Les manifestations ont également récemment connu du succès. L’entreprise américaine Sempra a annulé en mars 2026 le projet d’un terminal de gaz naturel liquéfié à Topolobampo appelé Vista Pacífico LNG. L’annulation du projet a été saluée par les environnementalistes engagés dans la protection intégrale du golfe de Californie, l’une des régions marines les plus riches en biodiversité du monde.

Le projet américain Saguaro, qui prévoit également un terminal de gaz naturel à 700 kilomètres au nord de Topolobampo, à Puerto Libertad dans l’État de Sonora, a subi son premier revers juridique. Début avril, un juge a rendu une ordonnance en faveur des baleines dans le golfe de Californie pour empêcher les pétroliers de naviguer sur la mer, mettant ainsi en danger la population de baleines ( a rapporté Amerika21).

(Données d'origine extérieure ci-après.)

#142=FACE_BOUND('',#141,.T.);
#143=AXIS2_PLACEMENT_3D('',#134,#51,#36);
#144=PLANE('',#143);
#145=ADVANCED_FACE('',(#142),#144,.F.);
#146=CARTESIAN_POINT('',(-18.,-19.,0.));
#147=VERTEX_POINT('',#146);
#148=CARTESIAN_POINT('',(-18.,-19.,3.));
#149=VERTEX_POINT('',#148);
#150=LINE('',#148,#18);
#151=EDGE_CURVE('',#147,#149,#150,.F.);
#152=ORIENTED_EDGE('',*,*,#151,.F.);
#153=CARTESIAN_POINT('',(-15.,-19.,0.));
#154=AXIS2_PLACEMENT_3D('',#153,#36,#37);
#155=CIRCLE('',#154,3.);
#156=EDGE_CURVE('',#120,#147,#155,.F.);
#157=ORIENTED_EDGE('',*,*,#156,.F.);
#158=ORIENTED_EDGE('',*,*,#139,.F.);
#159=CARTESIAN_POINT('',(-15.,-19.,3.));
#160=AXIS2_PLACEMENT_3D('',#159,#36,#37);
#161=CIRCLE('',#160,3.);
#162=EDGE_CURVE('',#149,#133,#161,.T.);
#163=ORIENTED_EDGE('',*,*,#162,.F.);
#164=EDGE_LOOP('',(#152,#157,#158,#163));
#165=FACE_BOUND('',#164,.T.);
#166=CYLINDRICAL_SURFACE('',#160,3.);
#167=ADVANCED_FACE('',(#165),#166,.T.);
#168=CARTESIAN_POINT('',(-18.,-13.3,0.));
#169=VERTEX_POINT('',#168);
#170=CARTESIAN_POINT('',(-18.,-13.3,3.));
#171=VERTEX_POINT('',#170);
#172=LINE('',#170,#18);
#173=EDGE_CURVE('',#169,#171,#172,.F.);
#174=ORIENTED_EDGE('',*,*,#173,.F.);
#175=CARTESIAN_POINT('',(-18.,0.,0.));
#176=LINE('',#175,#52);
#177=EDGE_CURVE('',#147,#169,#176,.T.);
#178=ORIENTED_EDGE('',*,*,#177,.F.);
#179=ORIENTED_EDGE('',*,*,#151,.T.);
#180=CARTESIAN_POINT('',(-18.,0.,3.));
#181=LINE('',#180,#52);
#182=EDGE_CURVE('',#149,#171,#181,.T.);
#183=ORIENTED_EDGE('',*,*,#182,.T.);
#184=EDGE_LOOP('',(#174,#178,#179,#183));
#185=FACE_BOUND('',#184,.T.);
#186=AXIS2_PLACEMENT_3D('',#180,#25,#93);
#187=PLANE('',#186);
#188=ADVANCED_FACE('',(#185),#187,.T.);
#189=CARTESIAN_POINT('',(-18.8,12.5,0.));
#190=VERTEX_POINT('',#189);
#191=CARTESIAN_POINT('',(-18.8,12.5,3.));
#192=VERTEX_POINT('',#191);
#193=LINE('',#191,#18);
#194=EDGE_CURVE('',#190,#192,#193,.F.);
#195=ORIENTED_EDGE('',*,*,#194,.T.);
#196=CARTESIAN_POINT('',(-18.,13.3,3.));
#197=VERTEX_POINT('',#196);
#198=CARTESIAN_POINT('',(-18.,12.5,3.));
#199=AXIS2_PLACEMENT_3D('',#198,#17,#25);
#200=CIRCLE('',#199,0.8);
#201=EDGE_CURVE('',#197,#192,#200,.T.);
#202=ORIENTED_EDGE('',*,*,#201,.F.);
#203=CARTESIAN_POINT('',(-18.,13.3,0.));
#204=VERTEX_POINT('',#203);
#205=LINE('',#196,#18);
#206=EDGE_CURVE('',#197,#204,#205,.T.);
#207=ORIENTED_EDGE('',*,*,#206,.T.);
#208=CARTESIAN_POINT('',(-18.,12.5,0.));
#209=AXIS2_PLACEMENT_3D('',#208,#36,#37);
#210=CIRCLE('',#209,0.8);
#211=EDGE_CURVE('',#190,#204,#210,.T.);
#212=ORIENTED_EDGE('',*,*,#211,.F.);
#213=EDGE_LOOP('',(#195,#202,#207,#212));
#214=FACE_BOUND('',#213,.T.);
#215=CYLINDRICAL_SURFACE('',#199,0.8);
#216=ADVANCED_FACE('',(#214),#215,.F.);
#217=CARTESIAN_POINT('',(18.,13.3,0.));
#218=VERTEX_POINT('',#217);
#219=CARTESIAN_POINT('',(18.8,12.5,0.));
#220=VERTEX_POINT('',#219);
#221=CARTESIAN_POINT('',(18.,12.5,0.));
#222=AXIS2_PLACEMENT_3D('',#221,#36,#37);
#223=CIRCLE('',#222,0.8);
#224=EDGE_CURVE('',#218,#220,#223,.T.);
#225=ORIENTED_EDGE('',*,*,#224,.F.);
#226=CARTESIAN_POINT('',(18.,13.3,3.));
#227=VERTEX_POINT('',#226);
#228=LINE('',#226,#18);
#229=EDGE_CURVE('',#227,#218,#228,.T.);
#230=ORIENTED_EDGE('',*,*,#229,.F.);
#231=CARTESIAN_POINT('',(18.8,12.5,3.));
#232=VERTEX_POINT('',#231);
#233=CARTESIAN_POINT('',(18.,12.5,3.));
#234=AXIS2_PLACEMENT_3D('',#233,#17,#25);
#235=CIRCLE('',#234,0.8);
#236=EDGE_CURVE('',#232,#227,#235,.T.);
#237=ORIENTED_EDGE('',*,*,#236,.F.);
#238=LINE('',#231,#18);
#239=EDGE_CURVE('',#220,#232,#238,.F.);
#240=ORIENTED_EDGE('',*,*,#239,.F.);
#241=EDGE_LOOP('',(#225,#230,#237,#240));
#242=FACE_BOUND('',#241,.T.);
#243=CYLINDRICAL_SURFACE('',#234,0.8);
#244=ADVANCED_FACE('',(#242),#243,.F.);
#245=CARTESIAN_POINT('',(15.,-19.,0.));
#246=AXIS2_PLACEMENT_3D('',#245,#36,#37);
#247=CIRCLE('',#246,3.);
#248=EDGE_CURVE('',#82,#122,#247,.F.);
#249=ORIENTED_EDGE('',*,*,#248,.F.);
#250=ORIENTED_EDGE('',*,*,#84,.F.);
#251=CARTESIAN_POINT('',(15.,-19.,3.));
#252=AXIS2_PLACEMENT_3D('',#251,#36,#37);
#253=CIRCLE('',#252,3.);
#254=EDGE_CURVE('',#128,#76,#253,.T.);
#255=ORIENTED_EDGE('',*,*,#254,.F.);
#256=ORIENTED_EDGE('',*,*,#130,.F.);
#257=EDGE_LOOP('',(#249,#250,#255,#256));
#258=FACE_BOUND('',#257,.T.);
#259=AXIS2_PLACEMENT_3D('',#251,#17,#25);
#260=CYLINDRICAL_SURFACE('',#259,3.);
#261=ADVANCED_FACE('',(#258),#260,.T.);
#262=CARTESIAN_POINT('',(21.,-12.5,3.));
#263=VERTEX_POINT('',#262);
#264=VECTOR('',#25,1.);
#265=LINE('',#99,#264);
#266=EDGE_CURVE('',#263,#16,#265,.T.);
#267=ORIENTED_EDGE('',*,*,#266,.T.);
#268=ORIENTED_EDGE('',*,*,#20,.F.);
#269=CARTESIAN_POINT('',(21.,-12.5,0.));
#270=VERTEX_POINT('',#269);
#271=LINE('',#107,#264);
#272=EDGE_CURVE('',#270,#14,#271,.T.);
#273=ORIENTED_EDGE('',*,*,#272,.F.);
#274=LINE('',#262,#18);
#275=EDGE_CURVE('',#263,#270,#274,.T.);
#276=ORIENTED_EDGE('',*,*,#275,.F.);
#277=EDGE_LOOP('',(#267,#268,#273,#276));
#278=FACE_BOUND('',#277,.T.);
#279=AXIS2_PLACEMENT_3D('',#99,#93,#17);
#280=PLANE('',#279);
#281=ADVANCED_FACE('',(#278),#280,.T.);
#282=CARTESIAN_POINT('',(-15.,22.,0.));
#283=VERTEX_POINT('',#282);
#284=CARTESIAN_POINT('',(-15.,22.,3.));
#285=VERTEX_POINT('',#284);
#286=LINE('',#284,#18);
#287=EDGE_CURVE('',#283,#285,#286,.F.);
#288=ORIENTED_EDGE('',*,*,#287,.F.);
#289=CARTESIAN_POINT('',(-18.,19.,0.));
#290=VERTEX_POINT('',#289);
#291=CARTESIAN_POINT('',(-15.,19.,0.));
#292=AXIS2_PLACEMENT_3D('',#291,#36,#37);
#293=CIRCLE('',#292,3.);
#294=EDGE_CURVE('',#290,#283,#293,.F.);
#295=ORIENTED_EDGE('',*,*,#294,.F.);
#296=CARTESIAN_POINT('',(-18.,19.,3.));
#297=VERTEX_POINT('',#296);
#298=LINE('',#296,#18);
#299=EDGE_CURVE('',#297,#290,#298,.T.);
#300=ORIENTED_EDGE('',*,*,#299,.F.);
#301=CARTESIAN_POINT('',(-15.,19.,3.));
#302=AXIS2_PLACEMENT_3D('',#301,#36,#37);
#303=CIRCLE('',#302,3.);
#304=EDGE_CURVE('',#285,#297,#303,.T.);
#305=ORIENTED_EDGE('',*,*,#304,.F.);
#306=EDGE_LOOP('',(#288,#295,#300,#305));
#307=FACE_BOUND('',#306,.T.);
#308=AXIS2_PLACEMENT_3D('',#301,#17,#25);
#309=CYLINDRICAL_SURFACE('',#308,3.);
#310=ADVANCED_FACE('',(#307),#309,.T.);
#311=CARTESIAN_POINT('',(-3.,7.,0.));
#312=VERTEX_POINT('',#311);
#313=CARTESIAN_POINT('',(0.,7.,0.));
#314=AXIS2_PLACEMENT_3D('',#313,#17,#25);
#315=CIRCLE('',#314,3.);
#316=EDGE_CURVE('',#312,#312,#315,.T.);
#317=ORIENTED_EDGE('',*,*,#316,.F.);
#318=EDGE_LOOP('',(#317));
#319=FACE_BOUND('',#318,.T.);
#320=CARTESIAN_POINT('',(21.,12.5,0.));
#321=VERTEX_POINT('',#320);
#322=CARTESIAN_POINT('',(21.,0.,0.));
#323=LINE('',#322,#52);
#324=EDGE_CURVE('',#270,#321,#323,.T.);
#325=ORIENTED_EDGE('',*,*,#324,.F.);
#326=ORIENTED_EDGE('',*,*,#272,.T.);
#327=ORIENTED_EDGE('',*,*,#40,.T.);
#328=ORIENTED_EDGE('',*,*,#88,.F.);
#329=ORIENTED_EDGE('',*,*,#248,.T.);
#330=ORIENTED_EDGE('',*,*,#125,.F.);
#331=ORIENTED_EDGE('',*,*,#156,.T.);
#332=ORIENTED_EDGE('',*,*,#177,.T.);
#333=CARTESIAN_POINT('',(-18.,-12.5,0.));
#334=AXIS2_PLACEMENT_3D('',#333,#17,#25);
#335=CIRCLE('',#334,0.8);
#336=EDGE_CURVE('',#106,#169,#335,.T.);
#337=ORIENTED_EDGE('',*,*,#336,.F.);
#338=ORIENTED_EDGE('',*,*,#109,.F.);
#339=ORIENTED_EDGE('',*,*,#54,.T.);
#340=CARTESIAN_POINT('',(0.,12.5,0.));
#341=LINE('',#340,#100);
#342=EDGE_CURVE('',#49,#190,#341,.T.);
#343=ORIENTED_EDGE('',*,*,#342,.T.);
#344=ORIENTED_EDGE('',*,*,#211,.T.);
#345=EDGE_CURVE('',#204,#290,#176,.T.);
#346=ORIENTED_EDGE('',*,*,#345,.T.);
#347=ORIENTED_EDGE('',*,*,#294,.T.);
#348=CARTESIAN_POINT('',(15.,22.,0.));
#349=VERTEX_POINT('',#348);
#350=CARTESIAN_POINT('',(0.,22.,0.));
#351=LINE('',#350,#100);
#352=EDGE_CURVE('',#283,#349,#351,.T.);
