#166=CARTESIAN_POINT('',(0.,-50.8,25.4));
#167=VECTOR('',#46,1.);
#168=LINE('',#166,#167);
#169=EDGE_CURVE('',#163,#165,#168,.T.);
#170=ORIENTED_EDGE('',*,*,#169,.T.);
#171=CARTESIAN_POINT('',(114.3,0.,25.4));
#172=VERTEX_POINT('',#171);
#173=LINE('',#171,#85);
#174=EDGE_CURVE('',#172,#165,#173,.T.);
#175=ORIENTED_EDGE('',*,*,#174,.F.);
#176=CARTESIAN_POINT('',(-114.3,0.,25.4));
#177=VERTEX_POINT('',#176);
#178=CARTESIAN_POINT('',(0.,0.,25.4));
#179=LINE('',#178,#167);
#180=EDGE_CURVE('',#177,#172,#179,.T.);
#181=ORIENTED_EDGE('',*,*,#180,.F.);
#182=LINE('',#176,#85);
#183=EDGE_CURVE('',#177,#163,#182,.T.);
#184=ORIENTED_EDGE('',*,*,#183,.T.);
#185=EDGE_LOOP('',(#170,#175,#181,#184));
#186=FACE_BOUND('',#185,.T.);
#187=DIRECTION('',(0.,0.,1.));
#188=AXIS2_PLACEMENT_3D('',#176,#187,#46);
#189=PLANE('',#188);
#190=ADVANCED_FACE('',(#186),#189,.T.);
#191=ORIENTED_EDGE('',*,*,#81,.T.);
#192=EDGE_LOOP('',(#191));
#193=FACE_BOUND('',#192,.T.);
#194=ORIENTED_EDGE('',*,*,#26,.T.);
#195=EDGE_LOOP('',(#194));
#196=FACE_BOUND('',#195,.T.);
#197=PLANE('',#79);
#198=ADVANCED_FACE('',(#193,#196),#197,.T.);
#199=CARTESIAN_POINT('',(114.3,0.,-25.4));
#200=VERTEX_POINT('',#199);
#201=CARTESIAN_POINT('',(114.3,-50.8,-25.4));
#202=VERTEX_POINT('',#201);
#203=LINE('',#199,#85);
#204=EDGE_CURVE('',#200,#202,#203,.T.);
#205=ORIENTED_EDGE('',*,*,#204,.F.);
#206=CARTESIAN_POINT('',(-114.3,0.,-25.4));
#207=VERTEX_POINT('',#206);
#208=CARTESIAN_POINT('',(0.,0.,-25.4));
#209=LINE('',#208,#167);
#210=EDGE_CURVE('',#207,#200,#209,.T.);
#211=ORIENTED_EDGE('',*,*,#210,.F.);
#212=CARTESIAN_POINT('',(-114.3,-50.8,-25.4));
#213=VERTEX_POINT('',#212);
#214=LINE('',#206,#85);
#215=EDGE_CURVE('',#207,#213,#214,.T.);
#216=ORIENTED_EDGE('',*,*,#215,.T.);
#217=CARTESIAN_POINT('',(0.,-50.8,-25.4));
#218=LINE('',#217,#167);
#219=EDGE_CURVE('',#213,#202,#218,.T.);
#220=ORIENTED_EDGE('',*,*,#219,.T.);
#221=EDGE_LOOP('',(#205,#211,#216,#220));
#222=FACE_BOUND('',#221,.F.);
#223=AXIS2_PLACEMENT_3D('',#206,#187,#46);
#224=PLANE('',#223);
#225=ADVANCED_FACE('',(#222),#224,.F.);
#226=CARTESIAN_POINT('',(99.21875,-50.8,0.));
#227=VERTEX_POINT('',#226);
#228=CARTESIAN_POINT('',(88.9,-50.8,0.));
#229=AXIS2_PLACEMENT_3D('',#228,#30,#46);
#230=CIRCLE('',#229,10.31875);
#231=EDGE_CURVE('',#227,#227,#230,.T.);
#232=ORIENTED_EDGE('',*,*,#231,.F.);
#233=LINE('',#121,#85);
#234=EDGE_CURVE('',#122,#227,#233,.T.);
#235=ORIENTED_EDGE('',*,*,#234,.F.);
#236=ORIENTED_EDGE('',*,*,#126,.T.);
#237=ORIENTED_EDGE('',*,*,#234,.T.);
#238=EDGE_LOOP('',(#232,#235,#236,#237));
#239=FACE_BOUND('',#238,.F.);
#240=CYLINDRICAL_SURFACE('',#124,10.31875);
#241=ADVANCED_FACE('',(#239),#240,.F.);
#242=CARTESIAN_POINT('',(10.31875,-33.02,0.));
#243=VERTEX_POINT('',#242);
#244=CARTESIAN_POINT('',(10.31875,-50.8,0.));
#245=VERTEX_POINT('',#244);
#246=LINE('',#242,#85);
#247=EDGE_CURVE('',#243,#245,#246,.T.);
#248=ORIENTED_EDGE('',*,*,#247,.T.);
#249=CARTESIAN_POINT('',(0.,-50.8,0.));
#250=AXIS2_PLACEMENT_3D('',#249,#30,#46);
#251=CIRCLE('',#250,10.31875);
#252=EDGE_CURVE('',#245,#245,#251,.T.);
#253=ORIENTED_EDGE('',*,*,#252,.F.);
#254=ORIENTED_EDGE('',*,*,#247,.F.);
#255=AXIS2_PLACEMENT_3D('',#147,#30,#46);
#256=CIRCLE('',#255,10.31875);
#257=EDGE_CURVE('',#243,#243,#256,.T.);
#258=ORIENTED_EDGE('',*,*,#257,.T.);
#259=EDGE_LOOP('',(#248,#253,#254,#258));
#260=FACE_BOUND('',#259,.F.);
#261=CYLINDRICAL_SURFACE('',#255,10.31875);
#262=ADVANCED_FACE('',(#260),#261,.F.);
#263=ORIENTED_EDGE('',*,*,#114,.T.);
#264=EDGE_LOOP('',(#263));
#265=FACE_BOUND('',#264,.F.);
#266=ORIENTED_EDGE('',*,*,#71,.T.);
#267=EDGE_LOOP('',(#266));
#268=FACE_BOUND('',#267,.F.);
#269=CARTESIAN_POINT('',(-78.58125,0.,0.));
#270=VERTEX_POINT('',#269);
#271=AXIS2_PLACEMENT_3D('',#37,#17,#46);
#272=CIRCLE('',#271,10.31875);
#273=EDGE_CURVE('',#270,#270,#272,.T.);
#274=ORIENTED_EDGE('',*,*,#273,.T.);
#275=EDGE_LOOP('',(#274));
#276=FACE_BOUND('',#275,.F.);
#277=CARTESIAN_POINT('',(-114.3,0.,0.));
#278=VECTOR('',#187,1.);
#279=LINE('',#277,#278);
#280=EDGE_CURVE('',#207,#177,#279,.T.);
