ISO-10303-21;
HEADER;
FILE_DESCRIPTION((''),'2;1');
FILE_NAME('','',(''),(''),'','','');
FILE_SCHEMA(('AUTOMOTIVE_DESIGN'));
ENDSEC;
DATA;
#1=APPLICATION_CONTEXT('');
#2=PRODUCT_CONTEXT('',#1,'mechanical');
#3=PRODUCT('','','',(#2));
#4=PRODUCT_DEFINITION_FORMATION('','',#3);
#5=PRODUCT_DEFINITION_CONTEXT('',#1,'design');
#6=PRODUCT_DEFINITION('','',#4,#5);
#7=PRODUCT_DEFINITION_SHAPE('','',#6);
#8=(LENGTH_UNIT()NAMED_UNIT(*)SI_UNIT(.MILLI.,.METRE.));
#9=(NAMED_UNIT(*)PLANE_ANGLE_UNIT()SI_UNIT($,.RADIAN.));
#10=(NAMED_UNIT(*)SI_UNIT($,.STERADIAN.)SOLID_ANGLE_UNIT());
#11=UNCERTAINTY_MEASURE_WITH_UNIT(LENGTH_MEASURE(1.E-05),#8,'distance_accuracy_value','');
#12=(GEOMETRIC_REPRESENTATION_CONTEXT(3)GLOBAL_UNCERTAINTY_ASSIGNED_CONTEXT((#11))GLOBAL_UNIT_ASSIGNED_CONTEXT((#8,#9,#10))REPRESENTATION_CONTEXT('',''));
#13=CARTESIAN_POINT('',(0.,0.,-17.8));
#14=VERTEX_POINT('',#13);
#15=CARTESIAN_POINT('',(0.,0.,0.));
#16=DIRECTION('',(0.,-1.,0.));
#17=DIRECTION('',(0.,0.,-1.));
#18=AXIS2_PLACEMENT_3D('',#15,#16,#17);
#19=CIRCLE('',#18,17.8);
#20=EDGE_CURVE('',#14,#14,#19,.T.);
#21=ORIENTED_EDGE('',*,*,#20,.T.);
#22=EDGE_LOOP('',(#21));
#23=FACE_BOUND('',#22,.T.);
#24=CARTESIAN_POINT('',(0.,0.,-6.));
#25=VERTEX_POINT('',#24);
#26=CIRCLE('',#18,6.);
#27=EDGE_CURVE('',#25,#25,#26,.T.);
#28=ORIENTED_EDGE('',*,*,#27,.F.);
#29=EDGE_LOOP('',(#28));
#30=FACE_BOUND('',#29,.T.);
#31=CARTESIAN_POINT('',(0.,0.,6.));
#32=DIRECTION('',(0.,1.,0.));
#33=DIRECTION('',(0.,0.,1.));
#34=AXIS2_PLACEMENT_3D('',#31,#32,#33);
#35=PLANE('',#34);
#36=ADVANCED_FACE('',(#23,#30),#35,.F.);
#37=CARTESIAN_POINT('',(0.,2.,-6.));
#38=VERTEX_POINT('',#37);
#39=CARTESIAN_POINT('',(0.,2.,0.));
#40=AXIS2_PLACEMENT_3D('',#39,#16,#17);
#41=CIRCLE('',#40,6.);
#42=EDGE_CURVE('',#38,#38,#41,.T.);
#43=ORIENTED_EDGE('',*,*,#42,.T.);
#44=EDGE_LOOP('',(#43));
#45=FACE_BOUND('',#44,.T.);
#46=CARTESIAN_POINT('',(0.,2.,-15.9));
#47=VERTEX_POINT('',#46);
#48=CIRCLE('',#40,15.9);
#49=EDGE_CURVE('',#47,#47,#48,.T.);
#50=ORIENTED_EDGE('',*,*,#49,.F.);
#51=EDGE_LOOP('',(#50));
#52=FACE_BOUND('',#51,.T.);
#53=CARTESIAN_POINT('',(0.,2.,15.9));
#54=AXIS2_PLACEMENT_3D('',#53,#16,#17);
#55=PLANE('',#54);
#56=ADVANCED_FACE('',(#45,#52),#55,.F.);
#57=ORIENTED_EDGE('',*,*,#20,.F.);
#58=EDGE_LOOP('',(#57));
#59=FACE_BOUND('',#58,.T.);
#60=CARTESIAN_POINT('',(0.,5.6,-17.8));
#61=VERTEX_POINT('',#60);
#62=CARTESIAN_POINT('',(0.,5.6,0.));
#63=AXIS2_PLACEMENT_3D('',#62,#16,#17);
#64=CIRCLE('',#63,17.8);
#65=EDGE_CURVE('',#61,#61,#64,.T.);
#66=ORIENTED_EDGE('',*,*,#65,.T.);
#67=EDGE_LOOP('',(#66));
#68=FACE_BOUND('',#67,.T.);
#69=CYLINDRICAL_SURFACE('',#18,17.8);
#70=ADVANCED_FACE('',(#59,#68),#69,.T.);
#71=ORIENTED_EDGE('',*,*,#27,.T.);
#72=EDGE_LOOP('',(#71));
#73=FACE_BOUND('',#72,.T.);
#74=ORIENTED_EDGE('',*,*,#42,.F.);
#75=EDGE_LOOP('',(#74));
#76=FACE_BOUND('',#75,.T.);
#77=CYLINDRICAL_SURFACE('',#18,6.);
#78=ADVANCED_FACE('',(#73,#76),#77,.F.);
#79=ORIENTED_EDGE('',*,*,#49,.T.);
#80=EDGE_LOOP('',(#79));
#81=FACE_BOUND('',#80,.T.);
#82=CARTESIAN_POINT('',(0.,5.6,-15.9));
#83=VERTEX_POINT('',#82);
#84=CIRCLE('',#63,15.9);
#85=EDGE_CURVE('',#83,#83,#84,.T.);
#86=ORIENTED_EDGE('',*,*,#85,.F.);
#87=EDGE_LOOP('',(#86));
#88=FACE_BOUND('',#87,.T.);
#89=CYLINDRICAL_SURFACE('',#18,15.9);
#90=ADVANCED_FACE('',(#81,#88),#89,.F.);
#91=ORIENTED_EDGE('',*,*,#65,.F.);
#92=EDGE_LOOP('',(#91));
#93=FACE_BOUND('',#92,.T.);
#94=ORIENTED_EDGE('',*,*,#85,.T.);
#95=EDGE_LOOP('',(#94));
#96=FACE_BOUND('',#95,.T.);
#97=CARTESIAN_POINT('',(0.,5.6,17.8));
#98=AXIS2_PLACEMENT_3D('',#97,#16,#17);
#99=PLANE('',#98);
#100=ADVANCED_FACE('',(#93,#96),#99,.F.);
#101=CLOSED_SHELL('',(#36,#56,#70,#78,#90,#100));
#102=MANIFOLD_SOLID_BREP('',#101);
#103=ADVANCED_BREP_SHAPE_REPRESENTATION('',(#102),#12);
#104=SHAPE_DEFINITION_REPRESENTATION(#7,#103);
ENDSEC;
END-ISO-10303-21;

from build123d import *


with BuildPart() as part:
    # Skizze1 → Rotation1 (revolve)
    with BuildSketch(Plane(origin=(0, 0, 0), x_dir=(0, 0, -1), z_dir=(1, 0, 0))):
        Polygon((-6, 0), (-17.8, 0), (-17.8, 5.6), (-15.9, 5.6), (-15.9, 2), (-6, 2), align=None)
    revolve(axis=Axis((0, 0, 0), (0, 1, 0)))


solid = part.part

Après la manifestation de Topolobampo, l’ambassadeur américain au Mexique, Ronald Johnson, a averti que les investisseurs avaient besoin de « certitude, de sécurité et d’un environnement sans corruption ». Lors de l’événement de remplacement à Los Mochis, il a décrit le projet Mexinol comme « l’une des priorités du président Donald Trump : renforcer la sécurité énergétique de l’Amérique du Nord ».

Le fait que le plus haut diplomate du voisin du nord ait menacé de conséquences après un rassemblement de la population indigène a été largement rapporté dans la presse mexicaine. Le journaliste Julio Hernández López a déclaré dans le quotidien La Jornada que l’ambassadeur de Washington aurait apparemment voulu « suspendre l’État de droit et les droits collectifs » afin de mettre en service des installations industrielles. Hernández López a critiqué le « discours de chantage » à la lumière d’événements survenus dans l’opinion publique mexicaine dans lesquels le diplomate ne devrait « en aucun cas » intervenir.